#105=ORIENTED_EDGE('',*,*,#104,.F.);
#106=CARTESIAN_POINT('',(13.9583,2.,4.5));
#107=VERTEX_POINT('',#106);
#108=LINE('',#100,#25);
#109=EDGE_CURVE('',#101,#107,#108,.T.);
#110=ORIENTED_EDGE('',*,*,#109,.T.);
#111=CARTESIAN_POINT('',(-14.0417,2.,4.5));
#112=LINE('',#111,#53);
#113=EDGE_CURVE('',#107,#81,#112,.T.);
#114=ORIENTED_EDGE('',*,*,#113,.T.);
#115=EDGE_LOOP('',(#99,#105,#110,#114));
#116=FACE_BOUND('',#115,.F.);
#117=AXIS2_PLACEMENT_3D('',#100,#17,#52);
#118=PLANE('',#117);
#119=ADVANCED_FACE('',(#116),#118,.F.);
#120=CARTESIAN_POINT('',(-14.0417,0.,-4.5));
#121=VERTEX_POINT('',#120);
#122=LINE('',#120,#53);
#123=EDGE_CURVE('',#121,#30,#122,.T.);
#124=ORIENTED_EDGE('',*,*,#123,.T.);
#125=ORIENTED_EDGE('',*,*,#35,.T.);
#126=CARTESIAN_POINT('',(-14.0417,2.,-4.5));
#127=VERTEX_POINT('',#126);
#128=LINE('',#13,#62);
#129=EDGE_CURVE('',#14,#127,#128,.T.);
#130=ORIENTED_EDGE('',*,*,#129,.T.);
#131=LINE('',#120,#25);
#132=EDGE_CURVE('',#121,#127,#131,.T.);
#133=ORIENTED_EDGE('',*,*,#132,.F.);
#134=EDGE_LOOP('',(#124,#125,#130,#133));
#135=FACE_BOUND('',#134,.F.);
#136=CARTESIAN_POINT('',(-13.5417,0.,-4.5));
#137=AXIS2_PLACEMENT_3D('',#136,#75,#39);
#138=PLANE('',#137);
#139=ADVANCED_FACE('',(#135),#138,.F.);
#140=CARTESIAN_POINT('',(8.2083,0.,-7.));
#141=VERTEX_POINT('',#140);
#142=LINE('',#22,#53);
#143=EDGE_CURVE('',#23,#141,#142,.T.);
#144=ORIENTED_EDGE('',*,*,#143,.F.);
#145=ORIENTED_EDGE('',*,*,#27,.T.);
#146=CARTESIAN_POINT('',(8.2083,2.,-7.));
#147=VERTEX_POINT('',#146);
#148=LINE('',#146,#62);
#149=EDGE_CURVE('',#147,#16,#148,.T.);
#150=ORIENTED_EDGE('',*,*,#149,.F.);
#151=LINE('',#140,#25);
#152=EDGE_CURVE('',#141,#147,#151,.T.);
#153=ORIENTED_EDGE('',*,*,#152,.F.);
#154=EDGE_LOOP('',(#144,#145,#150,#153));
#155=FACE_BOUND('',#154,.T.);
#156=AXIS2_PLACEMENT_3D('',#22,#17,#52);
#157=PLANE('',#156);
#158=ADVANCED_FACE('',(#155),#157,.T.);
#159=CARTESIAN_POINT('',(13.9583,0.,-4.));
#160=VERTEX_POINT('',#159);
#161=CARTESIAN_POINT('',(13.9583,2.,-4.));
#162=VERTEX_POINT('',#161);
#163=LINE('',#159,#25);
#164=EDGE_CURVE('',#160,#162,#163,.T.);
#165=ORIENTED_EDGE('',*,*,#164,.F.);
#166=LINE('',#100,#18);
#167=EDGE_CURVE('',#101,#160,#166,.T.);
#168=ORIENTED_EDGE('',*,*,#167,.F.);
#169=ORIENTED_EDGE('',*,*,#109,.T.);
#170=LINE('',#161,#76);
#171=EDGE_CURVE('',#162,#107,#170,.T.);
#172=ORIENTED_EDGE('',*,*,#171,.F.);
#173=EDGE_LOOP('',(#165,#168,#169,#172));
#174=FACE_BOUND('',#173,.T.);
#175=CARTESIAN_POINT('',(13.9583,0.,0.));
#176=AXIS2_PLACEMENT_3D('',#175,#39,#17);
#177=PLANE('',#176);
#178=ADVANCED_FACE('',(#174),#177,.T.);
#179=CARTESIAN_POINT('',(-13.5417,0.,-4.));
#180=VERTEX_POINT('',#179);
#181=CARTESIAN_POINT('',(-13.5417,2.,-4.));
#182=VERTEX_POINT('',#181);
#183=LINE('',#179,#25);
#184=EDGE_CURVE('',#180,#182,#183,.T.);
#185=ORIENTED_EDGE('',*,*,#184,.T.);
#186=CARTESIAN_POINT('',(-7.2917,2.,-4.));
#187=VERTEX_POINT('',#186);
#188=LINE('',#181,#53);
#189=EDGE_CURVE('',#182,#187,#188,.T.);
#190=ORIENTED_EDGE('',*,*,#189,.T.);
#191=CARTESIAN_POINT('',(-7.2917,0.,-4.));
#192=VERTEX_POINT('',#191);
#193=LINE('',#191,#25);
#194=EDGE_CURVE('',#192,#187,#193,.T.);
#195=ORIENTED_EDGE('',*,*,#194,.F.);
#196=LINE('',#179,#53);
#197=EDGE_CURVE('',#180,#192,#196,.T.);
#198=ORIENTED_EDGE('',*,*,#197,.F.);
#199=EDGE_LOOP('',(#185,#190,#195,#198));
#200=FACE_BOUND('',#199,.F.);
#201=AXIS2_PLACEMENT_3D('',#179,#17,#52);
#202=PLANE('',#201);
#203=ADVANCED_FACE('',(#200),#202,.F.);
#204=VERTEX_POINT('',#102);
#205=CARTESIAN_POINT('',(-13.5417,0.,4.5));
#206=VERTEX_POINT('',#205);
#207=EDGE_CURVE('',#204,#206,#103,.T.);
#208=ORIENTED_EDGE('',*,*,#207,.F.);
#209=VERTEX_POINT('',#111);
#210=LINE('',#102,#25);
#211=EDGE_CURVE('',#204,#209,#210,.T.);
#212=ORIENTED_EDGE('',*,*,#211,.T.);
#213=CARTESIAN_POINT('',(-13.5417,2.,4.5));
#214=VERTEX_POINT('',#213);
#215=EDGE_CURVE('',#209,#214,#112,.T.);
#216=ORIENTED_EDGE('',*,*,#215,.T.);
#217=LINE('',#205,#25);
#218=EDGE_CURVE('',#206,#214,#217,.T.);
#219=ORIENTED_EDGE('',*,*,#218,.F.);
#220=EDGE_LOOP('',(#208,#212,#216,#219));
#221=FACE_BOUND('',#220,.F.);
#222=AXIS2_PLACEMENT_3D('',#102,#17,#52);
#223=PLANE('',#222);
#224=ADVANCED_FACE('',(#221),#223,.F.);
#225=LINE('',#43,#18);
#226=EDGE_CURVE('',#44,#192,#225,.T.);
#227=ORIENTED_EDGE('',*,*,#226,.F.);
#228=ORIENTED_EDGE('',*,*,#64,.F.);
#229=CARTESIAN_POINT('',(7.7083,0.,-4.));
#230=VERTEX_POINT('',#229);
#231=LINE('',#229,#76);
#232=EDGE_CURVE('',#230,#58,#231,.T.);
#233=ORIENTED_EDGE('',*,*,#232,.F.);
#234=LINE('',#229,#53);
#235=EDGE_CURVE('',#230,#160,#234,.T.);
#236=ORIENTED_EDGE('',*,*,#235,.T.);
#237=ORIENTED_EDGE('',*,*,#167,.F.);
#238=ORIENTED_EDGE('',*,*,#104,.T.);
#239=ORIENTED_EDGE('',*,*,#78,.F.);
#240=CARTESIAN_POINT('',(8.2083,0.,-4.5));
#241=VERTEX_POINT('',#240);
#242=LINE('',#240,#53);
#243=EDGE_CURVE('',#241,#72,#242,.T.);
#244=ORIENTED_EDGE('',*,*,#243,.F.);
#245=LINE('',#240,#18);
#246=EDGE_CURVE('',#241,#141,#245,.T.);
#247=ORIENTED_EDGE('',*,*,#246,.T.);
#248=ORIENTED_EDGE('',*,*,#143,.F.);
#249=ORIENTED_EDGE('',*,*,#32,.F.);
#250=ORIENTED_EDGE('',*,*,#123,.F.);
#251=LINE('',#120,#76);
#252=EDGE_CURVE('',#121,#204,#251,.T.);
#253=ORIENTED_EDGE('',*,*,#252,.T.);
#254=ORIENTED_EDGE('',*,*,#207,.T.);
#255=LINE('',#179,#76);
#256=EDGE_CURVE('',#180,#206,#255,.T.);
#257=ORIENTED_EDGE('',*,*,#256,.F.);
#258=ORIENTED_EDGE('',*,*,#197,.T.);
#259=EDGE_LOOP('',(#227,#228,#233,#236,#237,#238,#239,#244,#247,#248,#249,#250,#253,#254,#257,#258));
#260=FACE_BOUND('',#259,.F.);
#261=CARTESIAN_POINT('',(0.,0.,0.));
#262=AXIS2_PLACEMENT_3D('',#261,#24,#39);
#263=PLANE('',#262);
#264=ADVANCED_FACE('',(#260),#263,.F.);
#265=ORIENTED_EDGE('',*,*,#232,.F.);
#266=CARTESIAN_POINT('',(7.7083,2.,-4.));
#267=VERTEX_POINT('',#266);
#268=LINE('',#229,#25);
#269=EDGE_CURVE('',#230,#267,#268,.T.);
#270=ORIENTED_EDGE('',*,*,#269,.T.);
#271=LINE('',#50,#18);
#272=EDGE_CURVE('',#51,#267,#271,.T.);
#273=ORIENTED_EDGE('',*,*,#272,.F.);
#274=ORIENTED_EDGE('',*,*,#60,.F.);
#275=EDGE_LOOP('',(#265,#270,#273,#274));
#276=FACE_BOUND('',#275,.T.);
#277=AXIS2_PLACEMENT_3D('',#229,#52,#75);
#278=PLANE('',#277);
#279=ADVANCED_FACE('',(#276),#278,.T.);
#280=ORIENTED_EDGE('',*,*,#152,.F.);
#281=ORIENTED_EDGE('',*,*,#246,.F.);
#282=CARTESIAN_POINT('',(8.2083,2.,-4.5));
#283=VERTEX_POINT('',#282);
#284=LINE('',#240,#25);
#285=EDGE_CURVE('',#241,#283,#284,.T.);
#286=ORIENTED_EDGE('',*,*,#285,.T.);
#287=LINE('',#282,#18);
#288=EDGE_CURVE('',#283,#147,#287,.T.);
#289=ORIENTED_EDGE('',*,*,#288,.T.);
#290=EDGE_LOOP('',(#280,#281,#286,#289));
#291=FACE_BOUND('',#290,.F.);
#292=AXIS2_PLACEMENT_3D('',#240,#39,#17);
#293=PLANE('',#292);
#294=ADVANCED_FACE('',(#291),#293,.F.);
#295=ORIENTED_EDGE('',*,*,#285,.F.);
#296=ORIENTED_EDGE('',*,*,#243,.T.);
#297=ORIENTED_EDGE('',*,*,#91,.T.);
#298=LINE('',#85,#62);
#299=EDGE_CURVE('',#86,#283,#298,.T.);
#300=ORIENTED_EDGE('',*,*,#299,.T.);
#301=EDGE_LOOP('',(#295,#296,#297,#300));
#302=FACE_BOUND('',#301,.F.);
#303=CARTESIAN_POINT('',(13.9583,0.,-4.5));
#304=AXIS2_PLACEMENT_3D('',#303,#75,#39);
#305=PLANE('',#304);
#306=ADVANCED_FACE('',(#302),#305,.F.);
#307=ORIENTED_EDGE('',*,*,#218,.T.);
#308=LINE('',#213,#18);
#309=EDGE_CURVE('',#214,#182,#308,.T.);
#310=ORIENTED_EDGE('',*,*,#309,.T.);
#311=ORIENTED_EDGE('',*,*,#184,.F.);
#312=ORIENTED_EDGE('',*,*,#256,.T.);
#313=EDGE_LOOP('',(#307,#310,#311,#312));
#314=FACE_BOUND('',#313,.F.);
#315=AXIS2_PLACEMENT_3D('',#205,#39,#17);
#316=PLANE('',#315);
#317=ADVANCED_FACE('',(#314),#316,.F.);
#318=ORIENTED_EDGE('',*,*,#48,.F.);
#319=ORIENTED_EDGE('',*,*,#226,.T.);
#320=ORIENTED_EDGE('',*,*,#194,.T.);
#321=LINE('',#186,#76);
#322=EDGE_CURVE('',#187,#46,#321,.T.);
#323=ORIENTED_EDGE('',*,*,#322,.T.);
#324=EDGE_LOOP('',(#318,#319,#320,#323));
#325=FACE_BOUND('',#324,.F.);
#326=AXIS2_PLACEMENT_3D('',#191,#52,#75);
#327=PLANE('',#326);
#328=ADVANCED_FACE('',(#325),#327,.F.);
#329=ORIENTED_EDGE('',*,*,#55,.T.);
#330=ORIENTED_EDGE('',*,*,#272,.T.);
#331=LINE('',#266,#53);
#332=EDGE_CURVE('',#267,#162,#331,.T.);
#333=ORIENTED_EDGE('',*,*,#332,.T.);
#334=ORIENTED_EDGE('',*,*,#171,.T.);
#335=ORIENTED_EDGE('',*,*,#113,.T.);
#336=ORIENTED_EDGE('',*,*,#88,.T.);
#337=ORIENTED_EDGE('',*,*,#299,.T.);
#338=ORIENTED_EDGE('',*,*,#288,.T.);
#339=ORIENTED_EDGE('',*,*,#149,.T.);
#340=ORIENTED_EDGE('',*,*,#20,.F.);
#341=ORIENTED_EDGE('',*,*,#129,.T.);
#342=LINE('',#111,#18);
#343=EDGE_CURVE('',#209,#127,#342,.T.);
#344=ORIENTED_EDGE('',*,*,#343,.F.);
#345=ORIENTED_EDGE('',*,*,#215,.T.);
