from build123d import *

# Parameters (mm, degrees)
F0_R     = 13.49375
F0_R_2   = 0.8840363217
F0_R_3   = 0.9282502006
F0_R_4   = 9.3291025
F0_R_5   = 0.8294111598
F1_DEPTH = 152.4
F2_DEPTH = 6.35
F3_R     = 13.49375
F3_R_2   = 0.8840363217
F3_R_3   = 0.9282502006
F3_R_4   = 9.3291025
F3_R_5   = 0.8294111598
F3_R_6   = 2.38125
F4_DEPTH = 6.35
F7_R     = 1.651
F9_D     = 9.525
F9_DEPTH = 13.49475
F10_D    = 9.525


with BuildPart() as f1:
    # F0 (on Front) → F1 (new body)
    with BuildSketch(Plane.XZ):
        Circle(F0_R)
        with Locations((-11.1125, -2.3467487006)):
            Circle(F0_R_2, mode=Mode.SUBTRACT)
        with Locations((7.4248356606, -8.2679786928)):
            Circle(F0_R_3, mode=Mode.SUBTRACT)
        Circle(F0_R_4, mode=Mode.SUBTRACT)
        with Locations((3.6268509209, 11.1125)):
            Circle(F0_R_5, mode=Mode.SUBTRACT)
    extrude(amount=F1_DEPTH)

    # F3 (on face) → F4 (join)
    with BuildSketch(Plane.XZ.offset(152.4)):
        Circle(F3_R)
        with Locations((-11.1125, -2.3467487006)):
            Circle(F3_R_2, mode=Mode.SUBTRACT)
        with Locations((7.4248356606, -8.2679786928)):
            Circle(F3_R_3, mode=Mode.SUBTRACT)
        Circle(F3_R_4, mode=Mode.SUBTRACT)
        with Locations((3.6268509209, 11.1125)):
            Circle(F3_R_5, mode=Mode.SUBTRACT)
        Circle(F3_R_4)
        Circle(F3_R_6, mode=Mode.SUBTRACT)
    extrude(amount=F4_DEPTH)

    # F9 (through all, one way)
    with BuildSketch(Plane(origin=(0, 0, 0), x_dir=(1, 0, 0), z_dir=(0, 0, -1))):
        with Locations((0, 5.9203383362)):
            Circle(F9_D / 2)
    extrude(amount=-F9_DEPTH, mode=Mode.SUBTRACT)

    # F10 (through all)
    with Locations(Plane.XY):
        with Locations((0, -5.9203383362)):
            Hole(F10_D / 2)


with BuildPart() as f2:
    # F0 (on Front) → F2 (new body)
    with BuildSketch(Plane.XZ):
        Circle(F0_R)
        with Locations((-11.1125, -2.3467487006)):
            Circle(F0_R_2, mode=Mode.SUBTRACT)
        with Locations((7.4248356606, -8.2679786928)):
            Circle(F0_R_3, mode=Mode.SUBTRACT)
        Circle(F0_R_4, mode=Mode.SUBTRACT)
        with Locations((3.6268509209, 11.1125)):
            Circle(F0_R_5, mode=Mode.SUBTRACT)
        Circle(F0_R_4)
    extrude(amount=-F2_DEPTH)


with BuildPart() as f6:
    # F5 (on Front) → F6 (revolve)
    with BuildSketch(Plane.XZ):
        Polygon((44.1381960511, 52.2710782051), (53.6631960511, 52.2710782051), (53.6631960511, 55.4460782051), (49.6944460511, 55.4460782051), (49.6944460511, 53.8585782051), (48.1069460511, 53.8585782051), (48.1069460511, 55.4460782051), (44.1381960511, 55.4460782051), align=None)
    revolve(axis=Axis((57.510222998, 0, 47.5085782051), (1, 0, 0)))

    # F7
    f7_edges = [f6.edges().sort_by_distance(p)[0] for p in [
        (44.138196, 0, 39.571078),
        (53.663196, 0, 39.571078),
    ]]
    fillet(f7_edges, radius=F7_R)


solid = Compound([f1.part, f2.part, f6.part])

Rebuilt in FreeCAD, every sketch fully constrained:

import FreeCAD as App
import Part
import Sketcher
Q = App.Units.Quantity


def edges_at(feature, points):
    """Names of the edges that pass closest to the given points."""
    edges = feature.Shape.Edges
    near = lambda p: min(range(len(edges)), key=lambda i: edges[i].distToShape(Part.Vertex(*p))[0])
    return sorted({f"Edge{near(p) + 1}" for p in points})

doc = App.newDocument("Part")
body = doc.addObject("PartDesign::Body", "Body")

# Sketch on XZ plane
sketch1 = body.newObject("Sketcher::SketchObject", "Sketch")
sketch1.AttachmentSupport = (doc.getObject("XZ_Plane"), [""])
sketch1.MapMode = "FlatFace"
sketch1.addGeometry([
    Part.Circle(App.Vector(0, 0, 0), App.Vector(0, 0, 1), 13.5),  # 0
    Part.Circle(App.Vector(-11.1, -2.3, 0), App.Vector(0, 0, 1), 0.9),  # 1
    Part.Circle(App.Vector(7.4, -8.3, 0), App.Vector(0, 0, 1), 0.9),  # 2
    Part.Circle(App.Vector(0, 0, 0), App.Vector(0, 0, 1), 9.3),  # 3
    Part.Circle(App.Vector(3.6, 11.1, 0), App.Vector(0, 0, 1), 0.8),  # 4
], False)
sketch1.addConstraint([
    Sketcher.Constraint("Coincident", 0, 3, -1, 1),
    Sketcher.Constraint("Coincident", 3, 3, -1, 1),
    Sketcher.Constraint("Diameter", 0, Q("1.0625 in")),
    Sketcher.Constraint("Diameter", 2, Q("1.8565 mm")),
    Sketcher.Constraint("DistanceX", 1, 3, -1, 1, Q("0.4375 in")),
    Sketcher.Constraint("DistanceY", -1, 1, 4, 3, Q("0.4375 in")),
    Sketcher.Constraint("Diameter", 1, Q("1.768073 mm")),
    Sketcher.Constraint("Diameter", 3, Q("18.658205 mm")),
    Sketcher.Constraint("Diameter", 4, Q("1.658822 mm")),
    Sketcher.Constraint("DistanceY", 1, 3, -1, 1, Q("2.346749 mm")),
    Sketcher.Constraint("DistanceY", 2, 3, -1, 1, Q("8.267979 mm")),
    Sketcher.Constraint("DistanceX", -1, 1, 4, 3, Q("3.626851 mm")),
    Sketcher.Constraint("DistanceX", -1, 1, 2, 3, Q("7.424836 mm")),
])
pad1 = body.newObject("PartDesign::Pad", "Pad")
pad1.Profile = sketch1
pad1.Length = Q("6 in")

# Sketch on XZ plane
sketch2 = body.newObject("Sketcher::SketchObject", "Sketch001")
sketch2.AttachmentSupport = (doc.getObject("XZ_Plane"), [""])
sketch2.MapMode = "FlatFace"
sketch2.AttachmentOffset = App.Placement(App.Vector(0, 0, 6 * 25.4), App.Rotation())
sketch2.addGeometry([
    Part.Circle(App.Vector(0, 0, 0), App.Vector(0, 0, 1), 13.5),  # 0
    Part.Circle(App.Vector(-11.1, -2.3, 0), App.Vector(0, 0, 1), 0.9),  # 1
    Part.Circle(App.Vector(7.4, -8.3, 0), App.Vector(0, 0, 1), 0.9),  # 2
    Part.Circle(App.Vector(0, 0, 0), App.Vector(0, 0, 1), 2.4),  # 3
    Part.Circle(App.Vector(3.6, 11.1, 0), App.Vector(0, 0, 1), 0.8),  # 4
], False)
sketch2.addConstraint([
    Sketcher.Constraint("Coincident", 0, 3, -1, 1),
    Sketcher.Constraint("Coincident", 3, 3, -1, 1),
    Sketcher.Constraint("Diameter", 0, Q("1.0625 in")),
    Sketcher.Constraint("Diameter", 3, Q("0.1875 in")),
    Sketcher.Constraint("Diameter", 2, Q("1.8565 mm")),
    Sketcher.Constraint("DistanceX", 1, 3, -1, 1, Q("0.4375 in")),
    Sketcher.Constraint("DistanceY", -1, 1, 4, 3, Q("0.4375 in")),
    Sketcher.Constraint("Diameter", 1, Q("1.768073 mm")),
    Sketcher.Constraint("Diameter", 4, Q("1.658822 mm")),
    Sketcher.Constraint("DistanceY", 1, 3, -1, 1, Q("2.346749 mm")),
    Sketcher.Constraint("DistanceY", 2, 3, -1, 1, Q("8.267979 mm")),
    Sketcher.Constraint("DistanceX", -1, 1, 4, 3, Q("3.626851 mm")),
    Sketcher.Constraint("DistanceX", -1, 1, 2, 3, Q("7.424836 mm")),
])
pad2 = body.newObject("PartDesign::Pad", "Pad001")
pad2.Profile = sketch2
pad2.Length = Q("0.25 in")

# Sketch on XY plane
sketch3 = body.newObject("Sketcher::SketchObject", "Sketch002")
sketch3.AttachmentSupport = (doc.getObject("XY_Plane"), [""])
sketch3.MapMode = "FlatFace"
sketch3.addGeometry(Part.Circle(App.Vector(0, -5.9, 0), App.Vector(0, 0, 1), 4.8), False)
sketch3.addConstraint([
    Sketcher.Constraint("PointOnObject", 0, 3, -2),
    Sketcher.Constraint("Diameter", 0, Q("0.375 in")),
    Sketcher.Constraint("DistanceY", 0, 3, -1, 1, Q("5.920338 mm")),
])
pocket1 = body.newObject("PartDesign::Pocket", "Pocket")
pocket1.Profile = sketch3
pocket1.Type = "ThroughAll"
pocket1.Reversed = True

# Sketch on XY plane
sketch4 = body.newObject("Sketcher::SketchObject", "Sketch003")
sketch4.AttachmentSupport = (doc.getObject("XY_Plane"), [""])
sketch4.MapMode = "FlatFace"
sketch4.addGeometry(Part.Circle(App.Vector(0, -5.9, 0), App.Vector(0, 0, 1), 4.8), False)
sketch4.addConstraint([
    Sketcher.Constraint("PointOnObject", 0, 3, -2),
    Sketcher.Constraint("Diameter", 0, Q("0.375 in")),
    Sketcher.Constraint("DistanceY", 0, 3, -1, 1, Q("5.920338 mm")),
])
doc.recompute()
hole = body.newObject("PartDesign::Hole", "Hole")
hole.Profile = sketch4
hole.ThreadType = "None"
hole.Diameter = Q("0.375 in")
hole.DepthType = "ThroughAll"
body2 = doc.addObject("PartDesign::Body", "Body001")

# Sketch on XZ plane
sketch5 = body2.newObject("Sketcher::SketchObject", "Sketch004")
sketch5.AttachmentSupport = (doc.getObject("XZ_Plane001"), [""])
sketch5.MapMode = "FlatFace"
sketch5.addGeometry([
    Part.Circle(App.Vector(0, 0, 0), App.Vector(0, 0, 1), 13.5),
    Part.Circle(App.Vector(-11.1, -2.3, 0), App.Vector(0, 0, 1), 0.9),
    Part.Circle(App.Vector(7.4, -8.3, 0), App.Vector(0, 0, 1), 0.9),
    Part.Circle(App.Vector(3.6, 11.1, 0), App.Vector(0, 0, 1), 0.8),
], False)
sketch5.addConstraint([
    Sketcher.Constraint("Coincident", 0, 3, -1, 1),
    Sketcher.Constraint("Diameter", 0, Q("1.0625 in")),
    Sketcher.Constraint("Diameter", 2, Q("1.8565 mm")),
    Sketcher.Constraint("DistanceX", 1, 3, -1, 1, Q("0.4375 in")),
    Sketcher.Constraint("DistanceY", -1, 1, 3, 3, Q("0.4375 in")),
    Sketcher.Constraint("Diameter", 1, Q("1.768073 mm")),
    Sketcher.Constraint("Diameter", 3, Q("1.658822 mm")),
    Sketcher.Constraint("DistanceY", 1, 3, -1, 1, Q("2.346749 mm")),
    Sketcher.Constraint("DistanceY", 2, 3, -1, 1, Q("8.267979 mm")),
    Sketcher.Constraint("DistanceX", -1, 1, 3, 3, Q("3.626851 mm")),
    Sketcher.Constraint("DistanceX", -1, 1, 2, 3, Q("7.424836 mm")),
])
pad3 = body2.newObject("PartDesign::Pad", "Pad002")
pad3.Profile = sketch5
pad3.Length = Q("0.25 in")
pad3.Reversed = True
body3 = doc.addObject("PartDesign::Body", "Body002")

# Sketch on XZ plane
sketch6 = body3.newObject("Sketcher::SketchObject", "Sketch005")
sketch6.AttachmentSupport = (doc.getObject("XZ_Plane002"), [""])
sketch6.MapMode = "FlatFace"
sketch6.addGeometry([
    Part.LineSegment(App.Vector(44.1, 52.3, 0), App.Vector(53.7, 52.3, 0)),  # 0
    Part.LineSegment(App.Vector(53.7, 52.3, 0), App.Vector(53.7, 55.4, 0)),  # 1
    Part.LineSegment(App.Vector(53.7, 55.4, 0), App.Vector(49.7, 55.4, 0)),  # 2
    Part.LineSegment(App.Vector(49.7, 55.4, 0), App.Vector(49.7, 53.9, 0)),  # 3
    Part.LineSegment(App.Vector(49.7, 53.9, 0), App.Vector(48.1, 53.9, 0)),  # 4
    Part.LineSegment(App.Vector(48.1, 53.9, 0), App.Vector(48.1, 55.4, 0)),  # 5
    Part.LineSegment(App.Vector(48.1, 55.4, 0), App.Vector(44.1, 55.4, 0)),  # 6
    Part.LineSegment(App.Vector(44.1, 55.4, 0), App.Vector(44.1, 52.3, 0)),  # 7
], False)
sketch6.addGeometry(Part.LineSegment(App.Vector(44.1, 47.5, 0), App.Vector(53.7, 47.5, 0)), True)  # axis
sketch6.addConstraint([
    Sketcher.Constraint("Coincident", 0, 2, 1, 1),
    Sketcher.Constraint("Coincident", 1, 2, 2, 1),
    Sketcher.Constraint("Coincident", 2, 2, 3, 1),
    Sketcher.Constraint("Coincident", 3, 2, 4, 1),
    Sketcher.Constraint("Coincident", 4, 2, 5, 1),
    Sketcher.Constraint("Coincident", 5, 2, 6, 1),
    Sketcher.Constraint("Coincident", 6, 2, 7, 1),
    Sketcher.Constraint("Coincident", 7, 2, 0, 1),
    Sketcher.Constraint("Horizontal", 0),
    Sketcher.Constraint("Vertical", 1),
    Sketcher.Constraint("Horizontal", 2),
    Sketcher.Constraint("Vertical", 3),
    Sketcher.Constraint("Horizontal", 4),
    Sketcher.Constraint("Vertical", 5),
    Sketcher.Constraint("Horizontal", 6),
    Sketcher.Constraint("Vertical", 7),
    Sketcher.Constraint("Horizontal", 8),
    Sketcher.Constraint("Horizontal", 2, 2, 5, 2),
    Sketcher.Constraint("Vertical", 7, 2, 8, 1),
    Sketcher.Constraint("Vertical", 1, 2, 8, 2),
    Sketcher.Constraint("Equal", 2, 6),
    Sketcher.Constraint("Equal", 4, 3),
    Sketcher.Constraint("DistanceX", 0, 1, 0, 2, Q("0.375 in")),
    Sketcher.Constraint("DistanceX", 2, 2, 2, 1, Q("0.15625 in")),
    Sketcher.Constraint("DistanceY", 1, 1, 1, 2, Q("0.125 in")),
    Sketcher.Constraint("DistanceY", 8, 1, 4, 2, Q("0.25 in")),
    Sketcher.Constraint("DistanceY", -1, 1, 0, 2, Q("52.271078 mm")),
    Sketcher.Constraint("DistanceX", -1, 1, 0, 2, Q("53.663196 mm")),
])
revolution = body3.newObject("PartDesign::Revolution", "Revolution")
revolution.Profile = sketch6
revolution.ReferenceAxis = (sketch6, ["Axis0"])
revolution.Angle = 360
doc.recompute()

fillet = body3.newObject("PartDesign::Fillet", "Fillet")
fillet.Base = (revolution, edges_at(revolution, [(44.138, 0, 39.571), (53.663, 0, 39.571)]))
fillet.Radius = Q("0.065 in")

doc.recompute()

————

• **TASK BRIEF**: Using the data above, extract exactly the lines from the one that holds "F9_DEPTH = 13.49475" to the one that holds "extrude(amount=F1_DEPTH)", both ends included, and no others.

• **SOLUTION BELOW**:
F9_DEPTH = 13.49475
F10_D    = 9.525


with BuildPart() as f1:
    # F0 (on Front) → F1 (new body)
    with BuildSketch(Plane.XZ):
        Circle(F0_R)
        with Locations((-11.1125, -2.3467487006)):
            Circle(F0_R_2, mode=Mode.SUBTRACT)
        with Locations((7.4248356606, -8.2679786928)):
            Circle(F0_R_3, mode=Mode.SUBTRACT)
        Circle(F0_R_4, mode=Mode.SUBTRACT)
        with Locations((3.6268509209, 11.1125)):
            Circle(F0_R_5, mode=Mode.SUBTRACT)
    extrude(amount=F1_DEPTH)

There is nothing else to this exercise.